Reddit tightens security against AI bots scraping platform content
Reddit, the widely-used social media platform, is reinforcing its Robots Exclusion Protocol (robots.txt file) to shield its content from automated web bots. The company will also persist in rate-limiting and blocking unidentified bots and crawlers. This move is primarily aimed at preventing AI companies from using Reddit's content for training their models without permission.
Reddit's updated protocol targets unauthorized AI crawlers
The updated protocol will not affect most users or good faith actors such as researchers and organizations like the Internet Archive. However, it could potentially deter AI companies from using Reddit's content without permission. Despite this, there is a chance that AI crawlers might disregard Reddit's updated robots.txt file. The company has stated that any bots or crawlers not adhering to its Public Content Policy will face restrictions.

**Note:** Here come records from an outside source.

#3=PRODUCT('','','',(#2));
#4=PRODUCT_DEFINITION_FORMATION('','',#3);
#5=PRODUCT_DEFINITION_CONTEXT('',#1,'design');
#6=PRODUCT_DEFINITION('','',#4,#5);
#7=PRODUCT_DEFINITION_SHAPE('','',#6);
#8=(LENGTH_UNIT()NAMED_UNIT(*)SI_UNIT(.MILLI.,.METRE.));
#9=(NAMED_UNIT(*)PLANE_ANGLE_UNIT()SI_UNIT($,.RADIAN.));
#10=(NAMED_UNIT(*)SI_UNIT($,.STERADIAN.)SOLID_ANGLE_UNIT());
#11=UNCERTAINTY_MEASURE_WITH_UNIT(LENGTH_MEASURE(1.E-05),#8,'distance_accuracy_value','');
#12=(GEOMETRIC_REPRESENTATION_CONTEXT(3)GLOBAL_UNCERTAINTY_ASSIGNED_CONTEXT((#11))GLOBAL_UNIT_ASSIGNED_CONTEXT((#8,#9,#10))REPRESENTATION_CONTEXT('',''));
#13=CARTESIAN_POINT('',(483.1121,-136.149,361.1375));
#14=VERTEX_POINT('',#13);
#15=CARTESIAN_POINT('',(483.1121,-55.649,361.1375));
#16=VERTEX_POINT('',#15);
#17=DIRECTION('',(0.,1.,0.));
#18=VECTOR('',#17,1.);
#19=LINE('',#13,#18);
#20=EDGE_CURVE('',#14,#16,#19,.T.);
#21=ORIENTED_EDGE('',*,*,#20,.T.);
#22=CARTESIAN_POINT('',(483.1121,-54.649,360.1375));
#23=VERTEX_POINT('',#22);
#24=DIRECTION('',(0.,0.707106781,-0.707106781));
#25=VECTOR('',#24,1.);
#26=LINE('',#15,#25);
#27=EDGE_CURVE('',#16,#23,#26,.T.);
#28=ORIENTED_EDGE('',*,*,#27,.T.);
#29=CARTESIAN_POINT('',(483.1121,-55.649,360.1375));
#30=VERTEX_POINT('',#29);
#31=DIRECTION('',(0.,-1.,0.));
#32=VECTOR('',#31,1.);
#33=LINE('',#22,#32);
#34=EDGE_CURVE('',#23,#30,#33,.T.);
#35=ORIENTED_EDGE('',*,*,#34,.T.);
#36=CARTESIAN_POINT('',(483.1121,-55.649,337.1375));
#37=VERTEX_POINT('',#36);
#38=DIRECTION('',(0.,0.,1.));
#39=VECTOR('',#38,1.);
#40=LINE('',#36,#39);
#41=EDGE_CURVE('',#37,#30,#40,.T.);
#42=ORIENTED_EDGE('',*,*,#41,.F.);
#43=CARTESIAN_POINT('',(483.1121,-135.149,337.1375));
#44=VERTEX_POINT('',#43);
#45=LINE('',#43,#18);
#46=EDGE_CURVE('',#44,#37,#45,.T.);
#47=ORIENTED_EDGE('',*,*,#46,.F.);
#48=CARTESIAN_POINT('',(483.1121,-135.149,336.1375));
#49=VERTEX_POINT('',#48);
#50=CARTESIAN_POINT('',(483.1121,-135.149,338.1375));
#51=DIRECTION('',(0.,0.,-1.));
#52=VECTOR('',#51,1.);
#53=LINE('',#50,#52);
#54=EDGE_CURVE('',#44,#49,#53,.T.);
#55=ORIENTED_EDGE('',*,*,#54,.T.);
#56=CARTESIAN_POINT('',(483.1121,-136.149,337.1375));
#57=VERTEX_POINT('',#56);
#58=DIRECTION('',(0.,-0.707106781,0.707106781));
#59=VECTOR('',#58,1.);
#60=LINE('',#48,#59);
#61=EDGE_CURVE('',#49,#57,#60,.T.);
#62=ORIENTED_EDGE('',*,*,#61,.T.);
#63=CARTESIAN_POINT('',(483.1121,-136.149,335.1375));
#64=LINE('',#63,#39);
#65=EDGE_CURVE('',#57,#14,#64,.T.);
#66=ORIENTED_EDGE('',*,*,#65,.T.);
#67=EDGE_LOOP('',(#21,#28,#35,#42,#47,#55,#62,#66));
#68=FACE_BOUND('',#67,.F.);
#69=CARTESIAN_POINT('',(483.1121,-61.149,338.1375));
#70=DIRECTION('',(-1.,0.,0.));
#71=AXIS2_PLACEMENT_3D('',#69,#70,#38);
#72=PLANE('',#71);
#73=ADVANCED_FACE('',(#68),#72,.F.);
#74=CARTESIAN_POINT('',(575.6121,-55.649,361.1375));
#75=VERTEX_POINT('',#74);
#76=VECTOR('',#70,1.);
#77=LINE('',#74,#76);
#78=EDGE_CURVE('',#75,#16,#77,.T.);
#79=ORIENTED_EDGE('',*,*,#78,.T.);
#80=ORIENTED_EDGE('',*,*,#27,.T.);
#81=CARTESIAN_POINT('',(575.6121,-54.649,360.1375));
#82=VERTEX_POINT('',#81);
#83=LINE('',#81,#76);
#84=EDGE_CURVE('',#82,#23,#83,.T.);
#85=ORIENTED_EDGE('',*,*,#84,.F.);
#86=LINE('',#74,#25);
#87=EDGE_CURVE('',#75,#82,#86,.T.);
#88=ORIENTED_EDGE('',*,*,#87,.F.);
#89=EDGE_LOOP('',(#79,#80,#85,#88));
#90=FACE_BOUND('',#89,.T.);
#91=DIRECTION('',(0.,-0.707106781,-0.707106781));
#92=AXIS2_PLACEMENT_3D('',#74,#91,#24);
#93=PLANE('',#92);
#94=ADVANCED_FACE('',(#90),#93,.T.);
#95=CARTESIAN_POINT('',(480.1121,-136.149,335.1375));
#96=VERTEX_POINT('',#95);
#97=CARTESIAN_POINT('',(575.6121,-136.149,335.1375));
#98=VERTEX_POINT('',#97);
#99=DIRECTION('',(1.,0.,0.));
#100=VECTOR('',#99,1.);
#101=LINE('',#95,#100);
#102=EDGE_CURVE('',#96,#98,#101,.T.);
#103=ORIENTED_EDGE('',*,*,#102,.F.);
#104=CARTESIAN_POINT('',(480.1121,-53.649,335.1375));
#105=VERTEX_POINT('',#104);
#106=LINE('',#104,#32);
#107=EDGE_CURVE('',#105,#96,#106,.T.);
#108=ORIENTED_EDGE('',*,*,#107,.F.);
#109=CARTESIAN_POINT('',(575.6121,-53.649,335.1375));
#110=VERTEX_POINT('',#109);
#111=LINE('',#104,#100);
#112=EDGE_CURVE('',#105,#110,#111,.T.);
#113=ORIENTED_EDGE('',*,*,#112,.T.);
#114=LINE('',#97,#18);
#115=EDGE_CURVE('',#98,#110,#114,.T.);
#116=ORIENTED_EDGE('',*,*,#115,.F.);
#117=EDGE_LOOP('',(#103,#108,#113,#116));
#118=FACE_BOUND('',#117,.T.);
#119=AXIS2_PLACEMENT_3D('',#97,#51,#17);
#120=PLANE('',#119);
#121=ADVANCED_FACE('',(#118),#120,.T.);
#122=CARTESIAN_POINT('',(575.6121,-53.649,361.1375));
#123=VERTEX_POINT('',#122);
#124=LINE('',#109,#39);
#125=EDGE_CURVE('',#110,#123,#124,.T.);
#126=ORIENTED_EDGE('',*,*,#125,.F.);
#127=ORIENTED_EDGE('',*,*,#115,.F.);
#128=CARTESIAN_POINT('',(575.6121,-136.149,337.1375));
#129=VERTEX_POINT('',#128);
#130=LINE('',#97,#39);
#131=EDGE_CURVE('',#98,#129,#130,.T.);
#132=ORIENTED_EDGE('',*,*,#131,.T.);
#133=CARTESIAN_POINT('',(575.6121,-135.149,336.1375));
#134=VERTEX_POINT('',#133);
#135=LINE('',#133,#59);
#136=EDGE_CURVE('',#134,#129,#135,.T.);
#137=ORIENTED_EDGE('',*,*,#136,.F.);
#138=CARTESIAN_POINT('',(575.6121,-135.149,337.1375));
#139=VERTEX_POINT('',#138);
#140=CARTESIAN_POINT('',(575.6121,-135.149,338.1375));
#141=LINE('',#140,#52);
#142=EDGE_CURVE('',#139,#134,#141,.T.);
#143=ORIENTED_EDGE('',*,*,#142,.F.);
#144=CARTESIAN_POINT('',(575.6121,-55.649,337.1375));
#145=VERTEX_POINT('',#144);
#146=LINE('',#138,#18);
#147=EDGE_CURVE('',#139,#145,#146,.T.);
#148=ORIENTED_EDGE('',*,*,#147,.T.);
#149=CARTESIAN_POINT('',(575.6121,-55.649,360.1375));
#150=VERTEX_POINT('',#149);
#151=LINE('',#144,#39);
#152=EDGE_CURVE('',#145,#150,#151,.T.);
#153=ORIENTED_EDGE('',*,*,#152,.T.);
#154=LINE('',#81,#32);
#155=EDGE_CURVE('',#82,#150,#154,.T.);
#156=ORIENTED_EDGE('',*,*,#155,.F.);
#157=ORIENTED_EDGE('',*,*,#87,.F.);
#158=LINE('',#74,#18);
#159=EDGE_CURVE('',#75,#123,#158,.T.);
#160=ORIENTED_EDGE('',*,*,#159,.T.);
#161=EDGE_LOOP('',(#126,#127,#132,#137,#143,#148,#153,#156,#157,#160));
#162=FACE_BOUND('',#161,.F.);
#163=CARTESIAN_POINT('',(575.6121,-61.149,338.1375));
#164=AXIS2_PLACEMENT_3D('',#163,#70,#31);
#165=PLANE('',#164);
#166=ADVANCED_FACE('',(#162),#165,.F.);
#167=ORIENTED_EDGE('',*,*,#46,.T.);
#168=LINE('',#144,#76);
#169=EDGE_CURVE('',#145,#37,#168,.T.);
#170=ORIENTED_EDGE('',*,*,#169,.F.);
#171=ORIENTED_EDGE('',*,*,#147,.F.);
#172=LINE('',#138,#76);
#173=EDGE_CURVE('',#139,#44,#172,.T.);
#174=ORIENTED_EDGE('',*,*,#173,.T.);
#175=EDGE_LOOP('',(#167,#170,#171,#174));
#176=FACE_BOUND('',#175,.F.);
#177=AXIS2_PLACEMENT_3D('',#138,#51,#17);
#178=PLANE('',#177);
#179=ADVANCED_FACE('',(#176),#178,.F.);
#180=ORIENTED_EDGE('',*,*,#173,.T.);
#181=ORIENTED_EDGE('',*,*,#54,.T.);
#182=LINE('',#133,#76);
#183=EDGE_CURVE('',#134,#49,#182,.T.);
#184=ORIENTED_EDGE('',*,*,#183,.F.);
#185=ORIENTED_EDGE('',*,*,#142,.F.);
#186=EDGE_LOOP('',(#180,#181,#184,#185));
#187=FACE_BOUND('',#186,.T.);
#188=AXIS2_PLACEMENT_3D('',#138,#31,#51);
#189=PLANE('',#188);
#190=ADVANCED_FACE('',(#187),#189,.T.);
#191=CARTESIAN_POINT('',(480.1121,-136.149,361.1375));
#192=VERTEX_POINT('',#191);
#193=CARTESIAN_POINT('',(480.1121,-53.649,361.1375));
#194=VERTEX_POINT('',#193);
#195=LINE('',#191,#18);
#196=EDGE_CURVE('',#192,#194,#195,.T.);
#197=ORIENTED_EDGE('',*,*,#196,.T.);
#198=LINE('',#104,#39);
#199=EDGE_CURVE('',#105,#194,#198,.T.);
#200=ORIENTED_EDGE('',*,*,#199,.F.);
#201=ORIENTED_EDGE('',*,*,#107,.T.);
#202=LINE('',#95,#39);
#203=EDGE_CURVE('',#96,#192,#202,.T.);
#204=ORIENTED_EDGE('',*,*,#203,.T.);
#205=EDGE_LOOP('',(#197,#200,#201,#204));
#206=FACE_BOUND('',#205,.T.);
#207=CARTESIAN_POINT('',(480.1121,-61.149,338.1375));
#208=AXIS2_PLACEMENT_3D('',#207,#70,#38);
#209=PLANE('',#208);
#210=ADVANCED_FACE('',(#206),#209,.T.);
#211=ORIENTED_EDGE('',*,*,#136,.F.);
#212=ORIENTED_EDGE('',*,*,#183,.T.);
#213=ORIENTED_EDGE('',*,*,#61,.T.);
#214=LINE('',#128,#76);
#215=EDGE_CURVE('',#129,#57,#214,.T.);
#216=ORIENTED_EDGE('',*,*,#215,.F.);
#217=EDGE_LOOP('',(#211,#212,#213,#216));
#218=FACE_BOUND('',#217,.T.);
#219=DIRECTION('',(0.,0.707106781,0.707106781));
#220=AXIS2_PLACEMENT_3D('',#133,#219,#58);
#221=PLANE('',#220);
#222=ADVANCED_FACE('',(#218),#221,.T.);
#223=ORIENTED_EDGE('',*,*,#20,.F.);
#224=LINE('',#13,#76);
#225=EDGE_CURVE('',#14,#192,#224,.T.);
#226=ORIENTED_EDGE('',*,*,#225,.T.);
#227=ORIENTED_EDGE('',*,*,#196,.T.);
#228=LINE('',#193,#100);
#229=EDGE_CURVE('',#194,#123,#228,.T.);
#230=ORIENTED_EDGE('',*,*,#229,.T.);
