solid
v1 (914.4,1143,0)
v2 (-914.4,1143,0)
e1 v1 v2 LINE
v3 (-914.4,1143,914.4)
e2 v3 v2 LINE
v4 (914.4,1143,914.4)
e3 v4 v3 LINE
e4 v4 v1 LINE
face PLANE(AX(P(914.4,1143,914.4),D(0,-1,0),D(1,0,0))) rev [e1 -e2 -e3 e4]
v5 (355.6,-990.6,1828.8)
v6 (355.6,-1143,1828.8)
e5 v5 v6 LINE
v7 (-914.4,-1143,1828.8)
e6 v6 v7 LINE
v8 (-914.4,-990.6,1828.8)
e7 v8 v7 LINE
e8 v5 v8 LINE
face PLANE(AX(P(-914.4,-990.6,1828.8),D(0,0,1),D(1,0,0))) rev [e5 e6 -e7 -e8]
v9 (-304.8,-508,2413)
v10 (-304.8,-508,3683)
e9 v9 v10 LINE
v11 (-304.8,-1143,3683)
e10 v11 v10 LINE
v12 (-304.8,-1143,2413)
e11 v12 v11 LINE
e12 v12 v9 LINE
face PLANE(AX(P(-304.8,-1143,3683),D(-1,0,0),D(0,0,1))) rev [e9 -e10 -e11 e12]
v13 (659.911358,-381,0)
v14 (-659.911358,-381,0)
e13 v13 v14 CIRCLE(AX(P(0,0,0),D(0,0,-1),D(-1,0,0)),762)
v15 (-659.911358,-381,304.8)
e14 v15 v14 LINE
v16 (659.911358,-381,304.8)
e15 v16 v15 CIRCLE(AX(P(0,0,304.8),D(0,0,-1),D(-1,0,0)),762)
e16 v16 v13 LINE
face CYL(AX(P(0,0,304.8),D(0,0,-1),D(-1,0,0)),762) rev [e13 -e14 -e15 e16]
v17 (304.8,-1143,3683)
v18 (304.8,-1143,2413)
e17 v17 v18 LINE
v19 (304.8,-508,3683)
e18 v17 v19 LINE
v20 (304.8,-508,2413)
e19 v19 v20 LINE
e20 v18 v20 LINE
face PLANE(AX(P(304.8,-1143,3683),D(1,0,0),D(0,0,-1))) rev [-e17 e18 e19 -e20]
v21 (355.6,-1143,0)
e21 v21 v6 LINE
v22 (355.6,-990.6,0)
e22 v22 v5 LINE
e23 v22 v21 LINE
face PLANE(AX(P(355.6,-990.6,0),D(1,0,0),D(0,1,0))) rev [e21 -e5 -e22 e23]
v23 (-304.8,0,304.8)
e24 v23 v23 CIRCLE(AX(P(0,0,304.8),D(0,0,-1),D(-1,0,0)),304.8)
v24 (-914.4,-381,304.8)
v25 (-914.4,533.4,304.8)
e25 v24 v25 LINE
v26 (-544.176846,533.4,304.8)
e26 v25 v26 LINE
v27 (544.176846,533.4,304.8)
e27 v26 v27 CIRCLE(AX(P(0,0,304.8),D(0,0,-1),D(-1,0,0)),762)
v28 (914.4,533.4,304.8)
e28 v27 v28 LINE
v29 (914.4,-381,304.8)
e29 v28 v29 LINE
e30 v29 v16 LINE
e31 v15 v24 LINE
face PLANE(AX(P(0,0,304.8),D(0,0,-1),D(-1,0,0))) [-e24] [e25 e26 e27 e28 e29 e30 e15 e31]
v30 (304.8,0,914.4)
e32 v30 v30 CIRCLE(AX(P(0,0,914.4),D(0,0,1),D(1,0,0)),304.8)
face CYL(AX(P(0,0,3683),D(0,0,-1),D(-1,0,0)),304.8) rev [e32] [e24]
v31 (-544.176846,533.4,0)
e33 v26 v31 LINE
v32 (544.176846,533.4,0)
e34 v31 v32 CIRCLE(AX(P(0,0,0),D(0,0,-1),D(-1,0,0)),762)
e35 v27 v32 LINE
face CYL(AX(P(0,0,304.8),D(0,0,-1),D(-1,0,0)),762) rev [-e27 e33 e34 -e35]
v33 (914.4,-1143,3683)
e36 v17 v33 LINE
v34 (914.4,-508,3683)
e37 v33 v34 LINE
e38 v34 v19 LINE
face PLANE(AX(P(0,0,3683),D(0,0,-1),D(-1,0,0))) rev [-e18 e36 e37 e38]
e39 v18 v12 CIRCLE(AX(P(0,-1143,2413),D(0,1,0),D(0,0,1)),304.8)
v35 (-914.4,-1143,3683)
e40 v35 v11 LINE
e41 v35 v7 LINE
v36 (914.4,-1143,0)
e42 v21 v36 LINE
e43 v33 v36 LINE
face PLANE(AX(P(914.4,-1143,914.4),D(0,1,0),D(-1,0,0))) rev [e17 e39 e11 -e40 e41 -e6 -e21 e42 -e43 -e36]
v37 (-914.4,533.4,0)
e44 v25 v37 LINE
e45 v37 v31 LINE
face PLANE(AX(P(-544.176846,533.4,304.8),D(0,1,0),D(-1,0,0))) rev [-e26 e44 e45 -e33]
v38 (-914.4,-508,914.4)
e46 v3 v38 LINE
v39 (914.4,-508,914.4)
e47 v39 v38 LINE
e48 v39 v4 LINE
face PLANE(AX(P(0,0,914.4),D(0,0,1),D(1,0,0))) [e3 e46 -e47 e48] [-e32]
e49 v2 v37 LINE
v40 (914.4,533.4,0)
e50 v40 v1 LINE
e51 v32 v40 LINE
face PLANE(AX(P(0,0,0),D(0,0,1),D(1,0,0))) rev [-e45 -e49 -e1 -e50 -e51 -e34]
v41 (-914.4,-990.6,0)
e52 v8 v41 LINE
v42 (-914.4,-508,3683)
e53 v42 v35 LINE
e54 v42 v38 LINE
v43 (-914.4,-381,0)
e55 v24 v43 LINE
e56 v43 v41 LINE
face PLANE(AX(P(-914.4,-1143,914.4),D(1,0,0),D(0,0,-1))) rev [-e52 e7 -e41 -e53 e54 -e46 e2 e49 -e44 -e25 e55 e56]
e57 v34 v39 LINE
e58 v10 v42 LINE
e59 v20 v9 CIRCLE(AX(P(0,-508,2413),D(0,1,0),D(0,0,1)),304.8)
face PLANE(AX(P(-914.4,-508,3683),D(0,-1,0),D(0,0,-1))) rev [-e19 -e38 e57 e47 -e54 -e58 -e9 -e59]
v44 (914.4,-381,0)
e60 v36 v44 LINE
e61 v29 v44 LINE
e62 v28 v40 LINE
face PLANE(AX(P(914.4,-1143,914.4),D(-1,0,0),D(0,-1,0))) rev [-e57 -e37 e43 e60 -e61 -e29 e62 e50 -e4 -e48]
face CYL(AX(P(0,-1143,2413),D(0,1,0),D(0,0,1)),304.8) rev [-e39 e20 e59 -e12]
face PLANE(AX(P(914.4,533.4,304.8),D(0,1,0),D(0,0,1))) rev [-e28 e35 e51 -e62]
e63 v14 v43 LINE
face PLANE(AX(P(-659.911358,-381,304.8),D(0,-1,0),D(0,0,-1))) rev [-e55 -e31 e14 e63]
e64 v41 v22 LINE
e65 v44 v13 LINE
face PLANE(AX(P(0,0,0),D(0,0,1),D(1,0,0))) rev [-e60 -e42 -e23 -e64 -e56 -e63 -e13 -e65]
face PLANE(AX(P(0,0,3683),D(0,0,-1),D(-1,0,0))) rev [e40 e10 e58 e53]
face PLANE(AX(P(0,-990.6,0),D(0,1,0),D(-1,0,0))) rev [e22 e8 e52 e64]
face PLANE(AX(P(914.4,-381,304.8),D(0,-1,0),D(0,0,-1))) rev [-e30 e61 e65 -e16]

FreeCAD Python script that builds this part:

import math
import FreeCAD as App
import Part
import Sketcher
from FreeCAD import Vector
Q = App.Units.Quantity

doc = App.newDocument("Part")
body = doc.addObject("PartDesign::Body", "Body")

# Sketch on XY plane
sketch1 = body.newObject("Sketcher::SketchObject", "Sketch")
sketch1.AttachmentSupport = (doc.getObject("XY_Plane"), [""])
sketch1.MapMode = "FlatFace"
sketch1.addGeometry([
    Part.LineSegment(Vector(-914.4, 1143, 0), Vector(-914.4, -1143, 0)),
    Part.LineSegment(Vector(-914.4, -1143, 0), Vector(914.4, -1143, 0)),
    Part.LineSegment(Vector(914.4, -1143, 0), Vector(914.4, 1143, 0)),
    Part.LineSegment(Vector(914.4, 1143, 0), Vector(-914.4, 1143, 0)),
], False)
sketch1.addConstraint([
    Sketcher.Constraint("Coincident", 0, 2, 1, 1),
    Sketcher.Constraint("Coincident", 1, 2, 2, 1),
    Sketcher.Constraint("Coincident", 2, 2, 3, 1),
    Sketcher.Constraint("Coincident", 3, 2, 0, 1),
    Sketcher.Constraint("Vertical", 0),
    Sketcher.Constraint("Horizontal", 1),
    Sketcher.Constraint("Vertical", 2),
    Sketcher.Constraint("Horizontal", 3),
    Sketcher.Constraint("Symmetric", 0, 2, 2, 2, -1, 1),
    Sketcher.Constraint("DistanceX", 1, 1, 1, 2, Q("72 in")),
    Sketcher.Constraint("DistanceY", 0, 2, 0, 1, Q("90 in")),
])
pad1 = body.newObject("PartDesign::Pad", "Pad")
pad1.Profile = sketch1
pad1.Length = Q("36 in")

Reddit's new measures follow recent controversy
The announcement comes in the wake of a recent investigation by Wired, which exposed that AI-powered search startup Perplexity had been scraping and using content without permission. Despite being blocked in its robots.txt file, Perplexity continued to ignore requests not to scrape its website. In response, Perplexity CEO Aravind Srinivas stated that the robots.txt file does not constitute a legal framework.
Reddit's new policy exempts partners with agreements
Reddit's new changes will not impact companies with which it has an agreement. For instance, Google, which has a $60 million deal with Reddit, is allowed to train its AI models using content from the social platform. This indicates that other companies wishing to use Reddit's data for AI training will need to negotiate access terms.